Department of Chemistry , Vanderbilt University , Nashville , Tennessee 37235 , United States.
J Med Chem. 2019 Sep 26;62(18):8412-8428. doi: 10.1021/acs.jmedchem.9b00246. Epub 2019 Apr 26.
Molecules isolated from natural sources including bacteria, fungi, and plants are a long-standing source of therapeutics that continue to add to our medicinal arsenal today. Despite their potency and prominence in the clinic, complex natural products often exhibit a number of liabilities that hinder their development as therapeutics, which may be partially responsible for the current trend away from natural product discovery, research, and development. However, advances in synthetic biology and organic synthesis have inspired a new generation of natural product chemists to tackle powerful undeveloped scaffolds. In this Perspective, we will present case studies demonstrating the historical and current focus on making targeted, but significant, changes to natural product scaffolds via biosynthetic gene cluster manipulation, total synthesis, semisynthesis, or a combination of these methods, with a focus on increasing activity, decreasing toxicity, or improving chemical and pharmacological properties.

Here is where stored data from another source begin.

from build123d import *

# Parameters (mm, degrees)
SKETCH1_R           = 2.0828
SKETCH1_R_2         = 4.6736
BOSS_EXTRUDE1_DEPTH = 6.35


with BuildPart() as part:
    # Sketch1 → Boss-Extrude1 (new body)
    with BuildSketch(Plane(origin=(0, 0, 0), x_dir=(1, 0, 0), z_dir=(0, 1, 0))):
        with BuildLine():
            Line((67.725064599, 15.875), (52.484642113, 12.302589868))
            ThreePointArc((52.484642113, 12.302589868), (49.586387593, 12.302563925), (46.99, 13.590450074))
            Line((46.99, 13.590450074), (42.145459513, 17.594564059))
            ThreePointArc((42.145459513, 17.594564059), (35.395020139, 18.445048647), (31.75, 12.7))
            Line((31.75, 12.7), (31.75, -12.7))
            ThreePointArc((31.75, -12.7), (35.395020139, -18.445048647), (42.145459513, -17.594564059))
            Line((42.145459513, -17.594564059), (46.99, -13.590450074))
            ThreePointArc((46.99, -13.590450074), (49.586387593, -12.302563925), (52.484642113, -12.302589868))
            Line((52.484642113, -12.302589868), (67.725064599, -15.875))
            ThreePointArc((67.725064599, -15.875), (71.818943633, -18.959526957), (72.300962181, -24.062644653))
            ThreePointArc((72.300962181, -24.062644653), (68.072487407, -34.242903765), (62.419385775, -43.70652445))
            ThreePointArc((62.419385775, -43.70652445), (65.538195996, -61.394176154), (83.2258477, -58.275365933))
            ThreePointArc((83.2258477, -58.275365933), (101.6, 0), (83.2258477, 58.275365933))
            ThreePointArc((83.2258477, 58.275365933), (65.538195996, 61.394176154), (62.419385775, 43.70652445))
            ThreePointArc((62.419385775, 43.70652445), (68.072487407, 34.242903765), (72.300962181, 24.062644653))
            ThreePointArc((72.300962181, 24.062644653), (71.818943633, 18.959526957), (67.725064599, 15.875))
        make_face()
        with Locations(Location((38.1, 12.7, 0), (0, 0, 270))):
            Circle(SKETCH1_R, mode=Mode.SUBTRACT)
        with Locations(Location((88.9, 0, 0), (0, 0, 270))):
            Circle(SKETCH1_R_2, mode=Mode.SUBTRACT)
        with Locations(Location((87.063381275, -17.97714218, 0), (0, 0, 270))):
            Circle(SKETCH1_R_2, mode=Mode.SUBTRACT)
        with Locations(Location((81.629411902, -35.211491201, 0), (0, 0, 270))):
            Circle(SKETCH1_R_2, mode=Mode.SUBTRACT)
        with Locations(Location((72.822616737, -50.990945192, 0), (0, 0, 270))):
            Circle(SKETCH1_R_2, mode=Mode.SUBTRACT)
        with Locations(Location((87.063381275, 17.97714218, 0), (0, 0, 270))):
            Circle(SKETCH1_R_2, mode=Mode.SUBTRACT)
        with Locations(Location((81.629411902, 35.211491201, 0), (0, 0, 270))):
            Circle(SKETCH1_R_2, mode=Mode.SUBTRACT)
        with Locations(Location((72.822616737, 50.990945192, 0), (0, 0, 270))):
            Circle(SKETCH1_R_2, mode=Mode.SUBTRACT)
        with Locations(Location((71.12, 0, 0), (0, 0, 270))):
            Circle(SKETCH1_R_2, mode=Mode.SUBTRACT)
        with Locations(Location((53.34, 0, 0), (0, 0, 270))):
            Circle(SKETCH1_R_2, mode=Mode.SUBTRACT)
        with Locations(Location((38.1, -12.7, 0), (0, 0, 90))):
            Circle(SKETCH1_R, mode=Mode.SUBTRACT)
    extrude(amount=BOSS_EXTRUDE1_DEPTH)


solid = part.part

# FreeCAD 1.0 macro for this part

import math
import FreeCAD as App
import Part
import Sketcher
from FreeCAD import Vector
Q = App.Units.Quantity

doc = App.newDocument("Part")
body = doc.addObject("PartDesign::Body", "Body")

sketch1 = doc.addObject("Sketcher::SketchObject", "Sketch")
body.addObject(sketch1)
sketch1.AttachmentSupport = (doc.XZ_Plane, [""])
sketch1.MapMode = "FlatFace"
sketch1.addGeometry(Part.LineSegment(Vector(67.725065, -15.875, 0), Vector(52.484642, -12.30259, 0)), False)
sketch1.addGeometry(Part.ArcOfCircle(Part.Circle(Vector(51.03546, -18.485014, 0), Vector(0, 0, 1), 6.35), math.radians(76.807835), math.radians(129.574443)), False)
sketch1.addGeometry(Part.LineSegment(Vector(46.99, -13.59045, 0), Vector(42.14546, -17.594564, 0)), False)
sketch1.addGeometry(Part.ArcOfCircle(Part.Circle(Vector(38.1, -12.7, 0), Vector(0, 0, 1), 6.35), math.radians(180), math.radians(309.574443)), False)
sketch1.addGeometry(Part.LineSegment(Vector(31.75, -12.7, 0), Vector(31.75, 12.7, 0)), False)
sketch1.addGeometry(Part.ArcOfCircle(Part.Circle(Vector(38.1, 12.7, 0), Vector(0, 0, 1), 6.35), math.radians(50.425557), math.radians(180)), False)
sketch1.addGeometry(Part.LineSegment(Vector(42.14546, 17.594564, 0), Vector(46.99, 13.59045, 0)), False)
sketch1.addGeometry(Part.ArcOfCircle(Part.Circle(Vector(51.03546, 18.485014, 0), Vector(0, 0, 1), 6.35), math.radians(-129.574443), math.radians(-76.807835)), False)
sketch1.addGeometry(Part.LineSegment(Vector(52.484642, 12.30259, 0), Vector(67.725065, 15.875, 0)), False)
sketch1.addGeometry(Part.ArcOfCircle(Part.Circle(Vector(66.275882, 22.057424, 0), Vector(0, 0, 1), 6.35), math.radians(-76.807835), math.radians(18.408073)), False)
sketch1.addGeometry(Part.ArcOfCircle(Part.Circle(Vector(0, 0, 0), Vector(0, 0, 1), 76.2), math.radians(18.408073), math.radians(35)), False)
sketch1.addGeometry(Part.ArcOfCircle(Part.Circle(Vector(72.822617, 50.990945, 0), Vector(0, 0, 1), 12.7), math.radians(35), math.radians(215)), False)
sketch1.addGeometry(Part.ArcOfCircle(Part.Circle(Vector(0, 0, 0), Vector(0, 0, 1), 101.6), math.radians(-35), math.radians(35)), False)
sketch1.addGeometry(Part.ArcOfCircle(Part.Circle(Vector(72.822617, -50.990945, 0), Vector(0, 0, 1), 12.7), math.radians(145), math.radians(325)), False)
sketch1.addGeometry(Part.ArcOfCircle(Part.Circle(Vector(0, 0, 0), Vector(0, 0, 1), 76.2), math.radians(-35), math.radians(-18.408073)), False)
sketch1.addGeometry(Part.ArcOfCircle(Part.Circle(Vector(66.275882, -22.057424, 0), Vector(0, 0, 1), 6.35), math.radians(-18.408073), math.radians(76.807835)), False)
sketch1.addGeometry(Part.Circle(Vector(38.1, 12.7, 0), Vector(0, 0, 1), 2.0828), False)
sketch1.addGeometry(Part.Circle(Vector(72.822617, 50.990945, 0), Vector(0, 0, 1), 4.6736), False)
sketch1.addGeometry(Part.Circle(Vector(81.629412, 35.211491, 0), Vector(0, 0, 1), 4.6736), False)
sketch1.addGeometry(Part.Circle(Vector(87.063381, 17.977142, 0), Vector(0, 0, 1), 4.6736), False)
sketch1.addGeometry(Part.Circle(Vector(38.1, -12.7, 0), Vector(0, 0, 1), 2.0828), False)
sketch1.addGeometry(Part.Circle(Vector(53.34, 0, 0), Vector(0, 0, 1), 4.6736), False)
sketch1.addGeometry(Part.Circle(Vector(71.12, 0, 0), Vector(0, 0, 1), 4.6736), False)
sketch1.addGeometry(Part.Circle(Vector(88.9, 0, 0), Vector(0, 0, 1), 4.6736), False)
sketch1.addGeometry(Part.Circle(Vector(87.063381, -17.977142, 0), Vector(0, 0, 1), 4.6736), False)
sketch1.addGeometry(Part.Circle(Vector(72.822617, -50.990945, 0), Vector(0, 0, 1), 4.6736), False)
sketch1.addGeometry(Part.Circle(Vector(81.629412, -35.211491, 0), Vector(0, 0, 1), 4.6736), False)
sketch1.addConstraint(Sketcher.Constraint("Tangent", 0, 2, 1, 1))
sketch1.addConstraint(Sketcher.Constraint("Tangent", 1, 2, 2, 1))
sketch1.addConstraint(Sketcher.Constraint("Tangent", 2, 2, 3, 2))
sketch1.addConstraint(Sketcher.Constraint("Tangent", 3, 1, 4, 1))
sketch1.addConstraint(Sketcher.Constraint("Tangent", 4, 2, 5, 2))
sketch1.addConstraint(Sketcher.Constraint("Tangent", 5, 1, 6, 1))
sketch1.addConstraint(Sketcher.Constraint("Tangent", 6, 2, 7, 1))
sketch1.addConstraint(Sketcher.Constraint("Tangent", 7, 2, 8, 1))
sketch1.addConstraint(Sketcher.Constraint("Tangent", 8, 2, 9, 1))
sketch1.addConstraint(Sketcher.Constraint("Tangent", 9, 2, 10, 1))
sketch1.addConstraint(Sketcher.Constraint("Tangent", 10, 2, 11, 2))
sketch1.addConstraint(Sketcher.Constraint("Tangent", 11, 1, 12, 2))
sketch1.addConstraint(Sketcher.Constraint("Tangent", 12, 1, 13, 2))
sketch1.addConstraint(Sketcher.Constraint("Tangent", 13, 1, 14, 1))
sketch1.addConstraint(Sketcher.Constraint("Tangent", 14, 2, 15, 1))
sketch1.addConstraint(Sketcher.Constraint("Tangent", 15, 2, 0, 1))
sketch1.addConstraint(Sketcher.Constraint("Vertical", 4))
sketch1.addConstraint(Sketcher.Constraint("Coincident", 10, 3, -1, 1))
sketch1.addConstraint(Sketcher.Constraint("Coincident", 12, 3, -1, 1))
sketch1.addConstraint(Sketcher.Constraint("Coincident", 14, 3, -1, 1))
sketch1.addConstraint(Sketcher.Constraint("Coincident", 16, 3, 5, 3))
sketch1.addConstraint(Sketcher.Constraint("Coincident", 17, 3, 11, 3))
sketch1.addConstraint(Sketcher.Constraint("Coincident", 20, 3, 3, 3))
sketch1.addConstraint(Sketcher.Constraint("Coincident", 25, 3, 13, 3))
sketch1.addConstraint(Sketcher.Constraint("Equal", 1, 3))
sketch1.addConstraint(Sketcher.Constraint("Equal", 3, 5))
sketch1.addConstraint(Sketcher.Constraint("Equal", 5, 7))
sketch1.addConstraint(Sketcher.Constraint("Equal", 7, 9))
sketch1.addConstraint(Sketcher.Constraint("Equal", 11, 13))
sketch1.addConstraint(Sketcher.Constraint("Equal", 9, 15))
sketch1.addConstraint(Sketcher.Constraint("Equal", 17, 18))
sketch1.addConstraint(Sketcher.Constraint("Equal", 18, 19))
sketch1.addConstraint(Sketcher.Constraint("Equal", 16, 20))
sketch1.addConstraint(Sketcher.Constraint("Equal", 19, 21))
sketch1.addConstraint(Sketcher.Constraint("Equal", 21, 22))
sketch1.addConstraint(Sketcher.Constraint("Equal", 22, 23))
sketch1.addConstraint(Sketcher.Constraint("Equal", 23, 24))
sketch1.addConstraint(Sketcher.Constraint("Equal", 24, 25))
sketch1.addConstraint(Sketcher.Constraint("Equal", 25, 26))
sketch1.addConstraint(Sketcher.Constraint("Symmetric", 1, 3, 7, 3, -1))
sketch1.addConstraint(Sketcher.Constraint("Symmetric", 19, 3, 24, 3, -1))
sketch1.addConstraint(Sketcher.Constraint("Symmetric", 18, 3, 26, 3, -1))
sketch1.addConstraint(Sketcher.Constraint("PointOnObject", 21, 3, -1))
sketch1.addConstraint(Sketcher.Constraint("PointOnObject", 22, 3, -1))
sketch1.addConstraint(Sketcher.Constraint("PointOnObject", 23, 3, -1))
sketch1.addConstraint(Sketcher.Constraint("Vertical", 11, 3, 13, 3))
sketch1.addConstraint(Sketcher.Constraint("Vertical", 9, 3, 15, 3))
sketch1.addConstraint(Sketcher.Constraint("Vertical", 2, 2, 5, 1))
sketch1.addConstraint(Sketcher.Constraint("Radius", 10, Q("3 in")))
sketch1.addConstraint(Sketcher.Constraint("Radius", 12, Q("4 in")))
sketch1.addConstraint(Sketcher.Constraint("DistanceY", 4, 1, 4, 2, Q("1 in")))
sketch1.addConstraint(Sketcher.Constraint("Radius", 1, Q("0.25 in")))
sketch1.addConstraint(Sketcher.Constraint("Diameter", 16, Q("0.164 in")))
sketch1.addConstraint(Sketcher.Constraint("Diameter", 17, Q("0.368 in")))
sketch1.addConstraint(Sketcher.Constraint("DistanceX", -1, 1, 3, 3, Q("1.5 in")))
sketch1.addConstraint(Sketcher.Constraint("DistanceX", -1, 1, 21, 3, Q("2.1 in")))
sketch1.addConstraint(Sketcher.Constraint("DistanceX", -1, 1, 22, 3, Q("2.8 in")))
sketch1.addConstraint(Sketcher.Constraint("DistanceX", -1, 1, 23, 3, Q("3.5 in")))
sketch1.addConstraint(Sketcher.Constraint("DistanceX", 3, 1, 1, 2, Q("0.6 in")))
sketch1.addConstraint(Sketcher.Constraint("DistanceY", -1, 1, 8, 2, Q("0.625 in")))
sketch1.addConstraint(Sketcher.Constraint("Distance", 2, Q("6.285102 mm")))
sketch1.addConstraint(Sketcher.Constraint("DistanceX", 9, 3, 19, 3, Q("20.787499 mm")))
sketch1.addConstraint(Sketcher.Constraint("DistanceY", 9, 3, 10, 2, Q("21.6491 mm")))
sketch1.addConstraint(Sketcher.Constraint("DistanceX", -1, 1, 18, 3, Q("81.629412 mm")))
sketch1.addConstraint(Sketcher.Constraint("DistanceY", -1, 1, 18, 3, Q("35.211491 mm")))
sketch1.addConstraint(Sketcher.Constraint("DistanceY", 19, 3, 18, 3, Q("17.234349 mm")))
pad1 = doc.addObject("PartDesign::Pad", "Pad")
body.addObject(pad1)
pad1.Profile = sketch1
pad1.Length = Q("0.25 in")
pad1.Reversed = True

doc.recompute()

从细菌、真菌和植物等天然来源中分离出的分子是治疗药物的长期来源,这些药物至今仍在不断丰富我们的药物库。尽管这些复杂的天然产物在临床上具有强大的功效和重要地位,但它们往往存在多种缺陷,这阻碍了它们作为治疗药物的发展,这可能是导致目前人们对天然产物的发现、研究和开发的兴趣减弱的部分原因。然而,合成生物学和有机合成的进步激发了新一代天然产物化学家去攻克那些具有强大但尚未开发的骨架的天然产物。在本观点中,我们将展示一些案例研究,这些研究通过生物合成基因簇操作、全合成、半合成或这些方法的组合,有针对性地但显著地改变天然产物骨架,重点是提高活性、降低毒性或改善化学和药理学性质,展示了历史和当前的研究重点。